Joanna makes as many triangles as she can using combinations of three of these straws. Determine how many different triangles she can make. What combinations of straws does she use? Show your work.
To determine the number of different triangles Joanna can make, we need to consider the number of unique combinations of three straws. Let's assume that Joanna has n straws.
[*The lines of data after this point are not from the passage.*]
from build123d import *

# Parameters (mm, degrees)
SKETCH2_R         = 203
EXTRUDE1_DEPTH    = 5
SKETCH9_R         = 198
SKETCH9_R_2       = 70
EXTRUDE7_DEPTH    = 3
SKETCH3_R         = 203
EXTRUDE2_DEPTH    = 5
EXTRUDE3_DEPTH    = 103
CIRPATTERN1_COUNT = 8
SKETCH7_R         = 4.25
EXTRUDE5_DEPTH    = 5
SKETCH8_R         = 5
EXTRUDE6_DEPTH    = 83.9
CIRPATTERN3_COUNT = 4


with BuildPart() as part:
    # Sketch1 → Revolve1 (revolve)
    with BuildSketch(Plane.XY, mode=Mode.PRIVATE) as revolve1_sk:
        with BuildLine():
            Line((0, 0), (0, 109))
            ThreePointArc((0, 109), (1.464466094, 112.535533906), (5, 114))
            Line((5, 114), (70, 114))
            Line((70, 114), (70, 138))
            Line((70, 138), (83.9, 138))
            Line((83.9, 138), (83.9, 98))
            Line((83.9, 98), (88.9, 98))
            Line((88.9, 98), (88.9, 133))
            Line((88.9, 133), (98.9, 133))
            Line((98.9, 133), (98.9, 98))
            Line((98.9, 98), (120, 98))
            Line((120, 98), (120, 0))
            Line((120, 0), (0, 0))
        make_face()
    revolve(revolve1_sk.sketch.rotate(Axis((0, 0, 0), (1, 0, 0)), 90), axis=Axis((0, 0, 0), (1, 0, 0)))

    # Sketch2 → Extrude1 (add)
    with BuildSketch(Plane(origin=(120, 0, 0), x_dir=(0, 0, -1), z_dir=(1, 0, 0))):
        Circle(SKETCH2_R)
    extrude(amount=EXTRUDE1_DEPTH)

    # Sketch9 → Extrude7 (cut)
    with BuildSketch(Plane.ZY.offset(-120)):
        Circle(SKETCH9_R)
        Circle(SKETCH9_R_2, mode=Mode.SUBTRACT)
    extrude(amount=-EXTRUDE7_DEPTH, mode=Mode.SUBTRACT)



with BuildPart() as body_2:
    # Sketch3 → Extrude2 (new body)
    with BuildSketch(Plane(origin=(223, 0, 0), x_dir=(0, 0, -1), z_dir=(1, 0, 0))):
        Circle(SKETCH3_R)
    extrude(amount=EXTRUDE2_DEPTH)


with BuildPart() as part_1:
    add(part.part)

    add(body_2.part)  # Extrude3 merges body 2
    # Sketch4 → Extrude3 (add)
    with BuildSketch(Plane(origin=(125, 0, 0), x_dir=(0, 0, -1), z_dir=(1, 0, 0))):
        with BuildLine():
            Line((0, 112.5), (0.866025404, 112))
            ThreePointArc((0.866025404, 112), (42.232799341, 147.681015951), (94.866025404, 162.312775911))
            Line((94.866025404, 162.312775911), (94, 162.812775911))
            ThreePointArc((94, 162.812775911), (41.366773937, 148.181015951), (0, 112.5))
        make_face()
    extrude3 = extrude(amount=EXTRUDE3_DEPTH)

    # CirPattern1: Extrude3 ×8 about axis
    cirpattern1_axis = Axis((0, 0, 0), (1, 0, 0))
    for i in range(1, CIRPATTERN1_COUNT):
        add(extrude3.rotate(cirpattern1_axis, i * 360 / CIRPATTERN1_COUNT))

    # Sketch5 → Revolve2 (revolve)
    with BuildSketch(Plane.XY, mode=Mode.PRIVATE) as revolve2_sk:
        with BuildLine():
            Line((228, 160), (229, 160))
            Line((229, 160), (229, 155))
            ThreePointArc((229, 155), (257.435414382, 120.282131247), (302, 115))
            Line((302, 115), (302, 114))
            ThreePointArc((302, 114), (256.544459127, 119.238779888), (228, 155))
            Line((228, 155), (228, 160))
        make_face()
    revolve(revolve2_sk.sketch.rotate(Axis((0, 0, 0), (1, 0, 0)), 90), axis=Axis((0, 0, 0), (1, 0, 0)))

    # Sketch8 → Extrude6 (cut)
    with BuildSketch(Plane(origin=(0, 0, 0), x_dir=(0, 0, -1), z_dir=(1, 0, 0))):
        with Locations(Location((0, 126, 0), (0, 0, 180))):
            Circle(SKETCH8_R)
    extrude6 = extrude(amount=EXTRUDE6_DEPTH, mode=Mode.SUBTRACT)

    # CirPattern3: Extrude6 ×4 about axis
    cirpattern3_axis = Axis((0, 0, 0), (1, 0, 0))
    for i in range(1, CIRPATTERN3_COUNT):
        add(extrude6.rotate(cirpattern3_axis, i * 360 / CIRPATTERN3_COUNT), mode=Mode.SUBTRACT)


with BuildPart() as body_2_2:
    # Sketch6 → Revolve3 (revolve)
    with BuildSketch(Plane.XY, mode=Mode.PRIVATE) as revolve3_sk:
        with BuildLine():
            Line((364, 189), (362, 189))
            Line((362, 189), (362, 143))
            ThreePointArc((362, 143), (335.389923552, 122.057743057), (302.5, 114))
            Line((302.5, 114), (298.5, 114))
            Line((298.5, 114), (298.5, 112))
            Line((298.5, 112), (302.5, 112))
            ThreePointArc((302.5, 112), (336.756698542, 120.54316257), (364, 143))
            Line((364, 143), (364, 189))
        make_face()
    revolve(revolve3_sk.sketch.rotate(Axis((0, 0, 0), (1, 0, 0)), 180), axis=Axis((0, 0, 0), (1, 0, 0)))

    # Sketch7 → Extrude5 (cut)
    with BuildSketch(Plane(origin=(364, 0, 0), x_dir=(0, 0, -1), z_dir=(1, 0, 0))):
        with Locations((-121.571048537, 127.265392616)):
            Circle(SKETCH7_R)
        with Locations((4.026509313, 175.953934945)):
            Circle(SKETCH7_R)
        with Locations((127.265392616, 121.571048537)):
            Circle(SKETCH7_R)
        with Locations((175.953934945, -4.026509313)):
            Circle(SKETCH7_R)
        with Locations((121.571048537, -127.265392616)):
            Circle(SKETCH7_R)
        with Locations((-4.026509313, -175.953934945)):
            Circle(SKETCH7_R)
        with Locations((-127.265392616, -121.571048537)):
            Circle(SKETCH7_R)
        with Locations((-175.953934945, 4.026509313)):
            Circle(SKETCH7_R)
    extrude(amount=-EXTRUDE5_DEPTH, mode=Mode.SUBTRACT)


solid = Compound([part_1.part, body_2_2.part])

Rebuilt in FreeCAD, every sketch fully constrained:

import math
import FreeCAD as App
import Part
import Sketcher
from FreeCAD import Vector
Q = App.Units.Quantity

doc = App.newDocument("Part")
body = doc.addObject("PartDesign::Body", "Body")

sketch1 = body.newObject("Sketcher::SketchObject", "Sketch")
sketch1.AttachmentSupport = (doc.getObject("XY_Plane"), [""])
sketch1.MapMode = "FlatFace"
sketch1.addGeometry([
    Part.LineSegment(Vector(0, 109, 0), Vector(0, 0, 0)),
    Part.LineSegment(Vector(0, 0, 0), Vector(120, 0, 0)),
    Part.LineSegment(Vector(120, 0, 0), Vector(120, 98, 0)),
    Part.LineSegment(Vector(120, 98, 0), Vector(98.9, 98, 0)),
    Part.LineSegment(Vector(98.9, 98, 0), Vector(98.9, 133, 0)),
    Part.LineSegment(Vector(98.9, 133, 0), Vector(88.9, 133, 0)),
    Part.LineSegment(Vector(88.9, 133, 0), Vector(88.9, 98, 0)),
    Part.LineSegment(Vector(88.9, 98, 0), Vector(83.9, 98, 0)),
    Part.LineSegment(Vector(83.9, 98, 0), Vector(83.9, 138, 0)),
    Part.LineSegment(Vector(83.9, 138, 0), Vector(70, 138, 0)),
    Part.LineSegment(Vector(70, 138, 0), Vector(70, 114, 0)),
    Part.LineSegment(Vector(70, 114, 0), Vector(5, 114, 0)),
    Part.ArcOfCircle(Part.Circle(Vector(5, 109, 0), Vector(0, 0, 1), 5), math.radians(90), math.radians(180)),
], False)
sketch1.addConstraint([
    Sketcher.Constraint("Coincident", 0, 2, 1, 1),
    Sketcher.Constraint("Coincident", 1, 2, 2, 1),
    Sketcher.Constraint("Coincident", 2, 2, 3, 1),
    Sketcher.Constraint("Coincident", 3, 2, 4, 1),
    Sketcher.Constraint("Coincident", 4, 2, 5, 1),
    Sketcher.Constraint("Coincident", 5, 2, 6, 1),
    Sketcher.Constraint("Coincident", 6, 2, 7, 1),
    Sketcher.Constraint("Coincident", 7, 2, 8, 1),
    Sketcher.Constraint("Coincident", 8, 2, 9, 1),
    Sketcher.Constraint("Coincident", 9, 2, 10, 1),
    Sketcher.Constraint("Coincident", 10, 2, 11, 1),
    Sketcher.Constraint("Tangent", 11, 2, 12, 1),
The number of combinations of three straws out of n is denoted by nC3 and can be calculated using the formula:
nC3 = n! / (3! * (n-3)!)
where n! represents the factorial of n.
Now let's consider different scenarios to determine how many triangles Joanna can make:
1) If Joanna has less than three straws, she cannot make any triangles since a triangle requires at least three sides.
2) If Joanna has exactly three straws, then she can make only one triangle since all three straws will form a closed shape without intersecting each other.
3) If Joanna has more than three straws, we can use the formula mentioned earlier to calculate the number of combinations.
For example, if Joanna has five straws (n = 5):
nC3 = 5! / (3! * (5-3)!)
= 5! / (3! * 2!)
= (5 * 4 * 3 * 2 * 1) / ((3 * 2 * 1) * (2 * 1))
= (120) / (6 * 2)
= 10
So, Joanna can make 10 different triangles using five straws, and the combinations of straws she can use are:
- (1, 2, 3)
- (1, 2, 4)
- (1, 2, 5)
- (1, 3, 4)
- (1, 3, 5)
- (1, 4, 5)
- (2, 3, 4)
- (2, 3, 5)
- (2, 4, 5)
- (3, 4, 5)
By applying the same method to other numbers of straws, you can determine the number of different triangles she can make for each scenario.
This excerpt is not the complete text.